At the end of the day, the entry point of the program’s main thread becomes tasked only with setting up shared data structures (used for communication between the various top-level threads), and launching them:
In my view, this close reexamination of the main loop has led me to a top-level architecture with a number of worthwhile benefits. I hope this post helped lead you to those same benefits, demystify this problem, or was at least interesting.
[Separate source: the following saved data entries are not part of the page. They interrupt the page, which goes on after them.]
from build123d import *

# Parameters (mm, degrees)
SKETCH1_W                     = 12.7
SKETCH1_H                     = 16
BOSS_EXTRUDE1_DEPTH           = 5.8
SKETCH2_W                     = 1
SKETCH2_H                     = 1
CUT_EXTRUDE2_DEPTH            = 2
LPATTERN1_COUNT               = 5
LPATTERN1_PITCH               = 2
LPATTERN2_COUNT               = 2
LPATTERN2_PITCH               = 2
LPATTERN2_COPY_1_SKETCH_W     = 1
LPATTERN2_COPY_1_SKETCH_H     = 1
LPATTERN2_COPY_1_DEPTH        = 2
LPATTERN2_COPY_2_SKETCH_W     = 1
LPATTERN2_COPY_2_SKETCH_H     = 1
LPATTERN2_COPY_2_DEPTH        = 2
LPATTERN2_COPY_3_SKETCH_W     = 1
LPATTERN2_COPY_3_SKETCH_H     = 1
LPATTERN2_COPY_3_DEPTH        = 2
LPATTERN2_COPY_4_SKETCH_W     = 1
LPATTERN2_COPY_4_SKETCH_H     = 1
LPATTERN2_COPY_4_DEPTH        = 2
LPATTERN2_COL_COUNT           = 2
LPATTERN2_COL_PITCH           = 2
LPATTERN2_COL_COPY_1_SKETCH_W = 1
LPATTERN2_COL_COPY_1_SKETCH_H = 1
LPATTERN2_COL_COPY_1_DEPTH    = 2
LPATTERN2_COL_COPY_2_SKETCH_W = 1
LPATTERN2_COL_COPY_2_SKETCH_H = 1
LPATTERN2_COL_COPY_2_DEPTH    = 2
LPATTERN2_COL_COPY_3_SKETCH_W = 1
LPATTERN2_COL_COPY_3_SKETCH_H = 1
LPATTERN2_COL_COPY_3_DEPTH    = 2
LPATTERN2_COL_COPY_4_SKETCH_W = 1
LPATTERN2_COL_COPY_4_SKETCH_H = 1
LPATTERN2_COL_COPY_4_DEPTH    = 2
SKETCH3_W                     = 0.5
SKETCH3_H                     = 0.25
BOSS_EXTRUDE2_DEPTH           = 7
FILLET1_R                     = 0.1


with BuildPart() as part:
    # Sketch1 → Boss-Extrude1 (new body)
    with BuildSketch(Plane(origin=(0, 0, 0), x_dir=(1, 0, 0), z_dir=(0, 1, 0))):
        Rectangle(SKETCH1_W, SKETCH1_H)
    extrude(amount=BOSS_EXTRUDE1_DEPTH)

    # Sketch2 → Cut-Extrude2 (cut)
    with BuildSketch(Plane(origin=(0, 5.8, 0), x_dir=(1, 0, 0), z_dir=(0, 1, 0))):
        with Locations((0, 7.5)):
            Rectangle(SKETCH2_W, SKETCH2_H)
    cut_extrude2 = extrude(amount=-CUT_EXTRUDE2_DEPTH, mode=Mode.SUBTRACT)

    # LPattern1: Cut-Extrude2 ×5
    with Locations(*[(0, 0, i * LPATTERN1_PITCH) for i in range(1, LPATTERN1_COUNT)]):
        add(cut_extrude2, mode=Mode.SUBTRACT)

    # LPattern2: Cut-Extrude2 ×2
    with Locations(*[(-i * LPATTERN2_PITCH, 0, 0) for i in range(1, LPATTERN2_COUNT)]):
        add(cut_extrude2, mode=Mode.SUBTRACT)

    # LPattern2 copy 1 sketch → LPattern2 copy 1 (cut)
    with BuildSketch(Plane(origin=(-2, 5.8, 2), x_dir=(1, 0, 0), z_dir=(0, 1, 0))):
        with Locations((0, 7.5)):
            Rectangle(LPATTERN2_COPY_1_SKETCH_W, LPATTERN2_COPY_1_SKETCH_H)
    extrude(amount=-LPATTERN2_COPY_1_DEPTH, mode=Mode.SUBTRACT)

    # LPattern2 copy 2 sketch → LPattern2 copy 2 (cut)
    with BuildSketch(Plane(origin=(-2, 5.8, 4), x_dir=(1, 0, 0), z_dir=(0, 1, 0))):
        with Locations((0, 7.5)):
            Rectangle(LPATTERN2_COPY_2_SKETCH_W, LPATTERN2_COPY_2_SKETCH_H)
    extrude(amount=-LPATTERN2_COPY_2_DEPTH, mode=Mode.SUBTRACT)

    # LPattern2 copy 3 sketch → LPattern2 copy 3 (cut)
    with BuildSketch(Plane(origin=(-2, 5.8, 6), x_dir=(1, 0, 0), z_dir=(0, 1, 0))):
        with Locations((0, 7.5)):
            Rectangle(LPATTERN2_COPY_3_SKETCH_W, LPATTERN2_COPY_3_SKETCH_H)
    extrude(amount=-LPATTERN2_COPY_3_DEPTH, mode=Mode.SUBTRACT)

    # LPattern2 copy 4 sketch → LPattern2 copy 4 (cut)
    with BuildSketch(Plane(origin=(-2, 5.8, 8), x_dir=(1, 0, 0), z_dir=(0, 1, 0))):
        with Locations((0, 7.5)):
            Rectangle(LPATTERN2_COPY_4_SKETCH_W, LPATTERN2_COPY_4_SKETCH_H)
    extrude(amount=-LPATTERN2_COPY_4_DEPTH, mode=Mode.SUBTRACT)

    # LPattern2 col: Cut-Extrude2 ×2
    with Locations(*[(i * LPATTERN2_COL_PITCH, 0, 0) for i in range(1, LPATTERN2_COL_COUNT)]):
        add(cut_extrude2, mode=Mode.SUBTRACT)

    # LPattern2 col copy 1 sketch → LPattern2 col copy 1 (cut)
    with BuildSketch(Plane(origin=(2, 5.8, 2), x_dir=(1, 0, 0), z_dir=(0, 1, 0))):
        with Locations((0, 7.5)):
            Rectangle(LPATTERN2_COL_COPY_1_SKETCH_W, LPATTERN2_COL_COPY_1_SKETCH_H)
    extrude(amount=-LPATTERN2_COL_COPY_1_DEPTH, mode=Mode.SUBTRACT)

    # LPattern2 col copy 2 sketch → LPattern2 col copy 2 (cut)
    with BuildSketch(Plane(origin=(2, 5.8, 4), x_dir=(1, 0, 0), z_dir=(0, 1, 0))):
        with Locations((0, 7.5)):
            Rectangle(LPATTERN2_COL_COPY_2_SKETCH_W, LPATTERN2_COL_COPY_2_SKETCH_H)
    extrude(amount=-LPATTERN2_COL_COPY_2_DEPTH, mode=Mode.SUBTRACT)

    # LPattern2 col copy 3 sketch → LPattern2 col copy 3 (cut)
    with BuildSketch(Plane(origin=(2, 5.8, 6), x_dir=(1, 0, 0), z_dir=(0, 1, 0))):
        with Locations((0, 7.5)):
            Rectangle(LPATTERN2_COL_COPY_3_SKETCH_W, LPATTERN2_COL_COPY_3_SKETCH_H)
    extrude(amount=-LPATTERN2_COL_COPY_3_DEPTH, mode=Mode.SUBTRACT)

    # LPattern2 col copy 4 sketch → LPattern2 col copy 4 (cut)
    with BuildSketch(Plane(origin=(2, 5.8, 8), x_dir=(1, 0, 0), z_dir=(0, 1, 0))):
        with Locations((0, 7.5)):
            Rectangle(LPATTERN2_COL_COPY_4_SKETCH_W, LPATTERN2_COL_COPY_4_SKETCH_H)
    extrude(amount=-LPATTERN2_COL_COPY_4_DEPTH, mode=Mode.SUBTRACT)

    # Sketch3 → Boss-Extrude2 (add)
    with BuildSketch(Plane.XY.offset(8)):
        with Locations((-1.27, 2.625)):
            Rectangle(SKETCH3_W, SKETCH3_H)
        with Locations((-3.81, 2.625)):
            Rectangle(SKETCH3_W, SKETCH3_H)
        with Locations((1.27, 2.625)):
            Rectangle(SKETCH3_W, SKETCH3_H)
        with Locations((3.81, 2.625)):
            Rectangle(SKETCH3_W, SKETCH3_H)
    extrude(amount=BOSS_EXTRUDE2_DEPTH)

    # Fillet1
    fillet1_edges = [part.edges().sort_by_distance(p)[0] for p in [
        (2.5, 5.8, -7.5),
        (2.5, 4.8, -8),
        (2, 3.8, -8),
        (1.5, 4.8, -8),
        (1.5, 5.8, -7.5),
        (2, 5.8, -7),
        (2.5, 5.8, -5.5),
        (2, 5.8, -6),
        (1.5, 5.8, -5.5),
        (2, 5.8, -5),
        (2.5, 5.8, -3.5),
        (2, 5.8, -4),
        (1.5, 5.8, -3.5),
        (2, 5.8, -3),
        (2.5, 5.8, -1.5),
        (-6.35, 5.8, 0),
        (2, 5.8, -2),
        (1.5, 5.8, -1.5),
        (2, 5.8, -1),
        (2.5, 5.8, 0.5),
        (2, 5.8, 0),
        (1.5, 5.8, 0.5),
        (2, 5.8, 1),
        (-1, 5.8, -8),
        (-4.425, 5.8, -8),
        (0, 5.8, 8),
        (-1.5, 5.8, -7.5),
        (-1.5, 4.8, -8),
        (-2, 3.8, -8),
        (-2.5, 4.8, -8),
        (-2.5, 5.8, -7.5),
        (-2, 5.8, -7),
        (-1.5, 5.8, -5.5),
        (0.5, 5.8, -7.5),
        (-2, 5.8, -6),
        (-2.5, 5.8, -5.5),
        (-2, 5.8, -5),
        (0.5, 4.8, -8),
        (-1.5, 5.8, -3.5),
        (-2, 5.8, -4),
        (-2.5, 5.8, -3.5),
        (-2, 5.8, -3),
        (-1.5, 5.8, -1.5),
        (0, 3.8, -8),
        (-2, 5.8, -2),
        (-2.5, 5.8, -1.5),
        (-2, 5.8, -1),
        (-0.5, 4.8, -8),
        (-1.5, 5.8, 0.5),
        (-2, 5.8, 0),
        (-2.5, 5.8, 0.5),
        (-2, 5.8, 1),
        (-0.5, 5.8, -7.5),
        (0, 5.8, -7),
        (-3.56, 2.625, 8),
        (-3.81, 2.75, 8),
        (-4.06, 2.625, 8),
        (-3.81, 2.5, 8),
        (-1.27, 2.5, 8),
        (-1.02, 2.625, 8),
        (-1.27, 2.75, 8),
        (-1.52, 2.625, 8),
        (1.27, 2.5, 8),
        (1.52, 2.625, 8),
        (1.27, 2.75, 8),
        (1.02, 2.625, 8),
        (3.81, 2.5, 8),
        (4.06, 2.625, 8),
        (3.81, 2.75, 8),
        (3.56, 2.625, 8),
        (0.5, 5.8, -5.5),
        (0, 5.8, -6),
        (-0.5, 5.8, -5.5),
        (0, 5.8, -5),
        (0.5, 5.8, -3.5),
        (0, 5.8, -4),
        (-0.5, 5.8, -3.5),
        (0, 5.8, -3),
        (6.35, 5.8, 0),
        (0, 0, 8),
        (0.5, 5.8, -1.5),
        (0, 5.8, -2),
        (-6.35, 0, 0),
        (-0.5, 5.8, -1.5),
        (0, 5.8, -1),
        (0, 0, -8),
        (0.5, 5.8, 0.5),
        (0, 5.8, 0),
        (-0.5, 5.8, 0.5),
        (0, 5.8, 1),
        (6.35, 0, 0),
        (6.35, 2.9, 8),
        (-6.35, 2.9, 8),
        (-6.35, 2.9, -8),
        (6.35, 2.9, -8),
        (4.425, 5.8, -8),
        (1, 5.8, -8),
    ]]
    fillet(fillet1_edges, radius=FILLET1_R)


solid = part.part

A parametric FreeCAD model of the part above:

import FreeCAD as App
import Part
import Sketcher

V = App.Vector
Q = App.Units.Quantity


def edges_at(feature, points):
    """Names of the edges that pass closest to the given points."""
    edges = feature.Shape.Edges
    near = lambda p: min(range(len(edges)), key=lambda i: edges[i].distToShape(Part.Vertex(*p))[0])
    return sorted({f"Edge{near(p) + 1}" for p in points})

doc = App.newDocument("Part")
params = doc.addObject("Spreadsheet::Sheet", "Params")
for row, (alias, value) in enumerate([
    ("sketch1_height", "16 mm"),
    ("sketch1_width", "12.7 mm"),
    ("pad1_length", "5.8 mm"),
    ("sketch2_width", "1 mm"),
    ("pocket1_length", "2 mm"),
    ("linearpattern_pitch", "2 mm"),
    ("linearpattern2_pitch", "2 mm"),
    ("sketch3_width", "1 mm"),
    ("pocket2_length", "2 mm"),
    ("sketch4_width", "1 mm"),
    ("pocket3_length", "2 mm"),
    ("sketch5_width", "1 mm"),
    ("pocket4_length", "2 mm"),
    ("sketch6_width", "1 mm"),
    ("pocket5_length", "2 mm"),
    ("linearpattern3_pitch", "2 mm"),
    ("sketch7_width", "1 mm"),
    ("pocket6_length", "2 mm"),
    ("sketch8_width", "1 mm"),
    ("pocket7_length", "2 mm"),
    ("sketch9_width", "1 mm"),
    ("pocket8_length", "2 mm"),
    ("sketch10_width", "1 mm"),
    ("pocket9_length", "2 mm"),
    ("sketch11_width", "0.5 mm"),
    ("sketch11_height", "0.25 mm"),
    ("pad2_length", "7 mm"),
    ("fillet_radius", "0.1 mm"),
], start=1):
    params.set(f"A{row}", alias)
    params.set(f"B{row}", "=" + value)
    params.setAlias(f"B{row}", alias)

body = doc.addObject("PartDesign::Body", "Body")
If you enjoyed this post, please consider subscribing. Thanks for reading.
-Ryan
Few months ago I have decided to make a demo of a game with stutter-free experience because of numerous articles about stuttering I saw online, in the end I decided that delta-times are a no-go, noticing how for monitor refresh cycle and simulation cycle are completely different in timing and there is no way to solve them cleanly with a "traditional" game loop. And since I don't respect almost any programming traditions, I decided to do a new approach which I haven't seen done anywhere else, and it is to decouple those cycles into different threads. The approach worked great, giving me smooth interpolation on any monitor. The higher refresh rate - the smoother the game looks; no tricks. Thought you have made some inventions as well, but turns out you did it exactly as I did! This was a waste of $5, wasn't it :D
But at least a good programmer like you has now confirmed that this *is* a working approach, and it finally solves the ancient game programming problem of coupling simulation with frame-rate. I do wish you expounded more on the problems you faced, and solutions you have found. I found it tricky to set up communication between code cycles when one is going too fast or too slow, it can introduce deadlocks if you don't structure the communication system properly. There are also performance concerns depending on how you set up this data-sharing. etc.
I assume audio would go on a separate thread as well? What about netcode?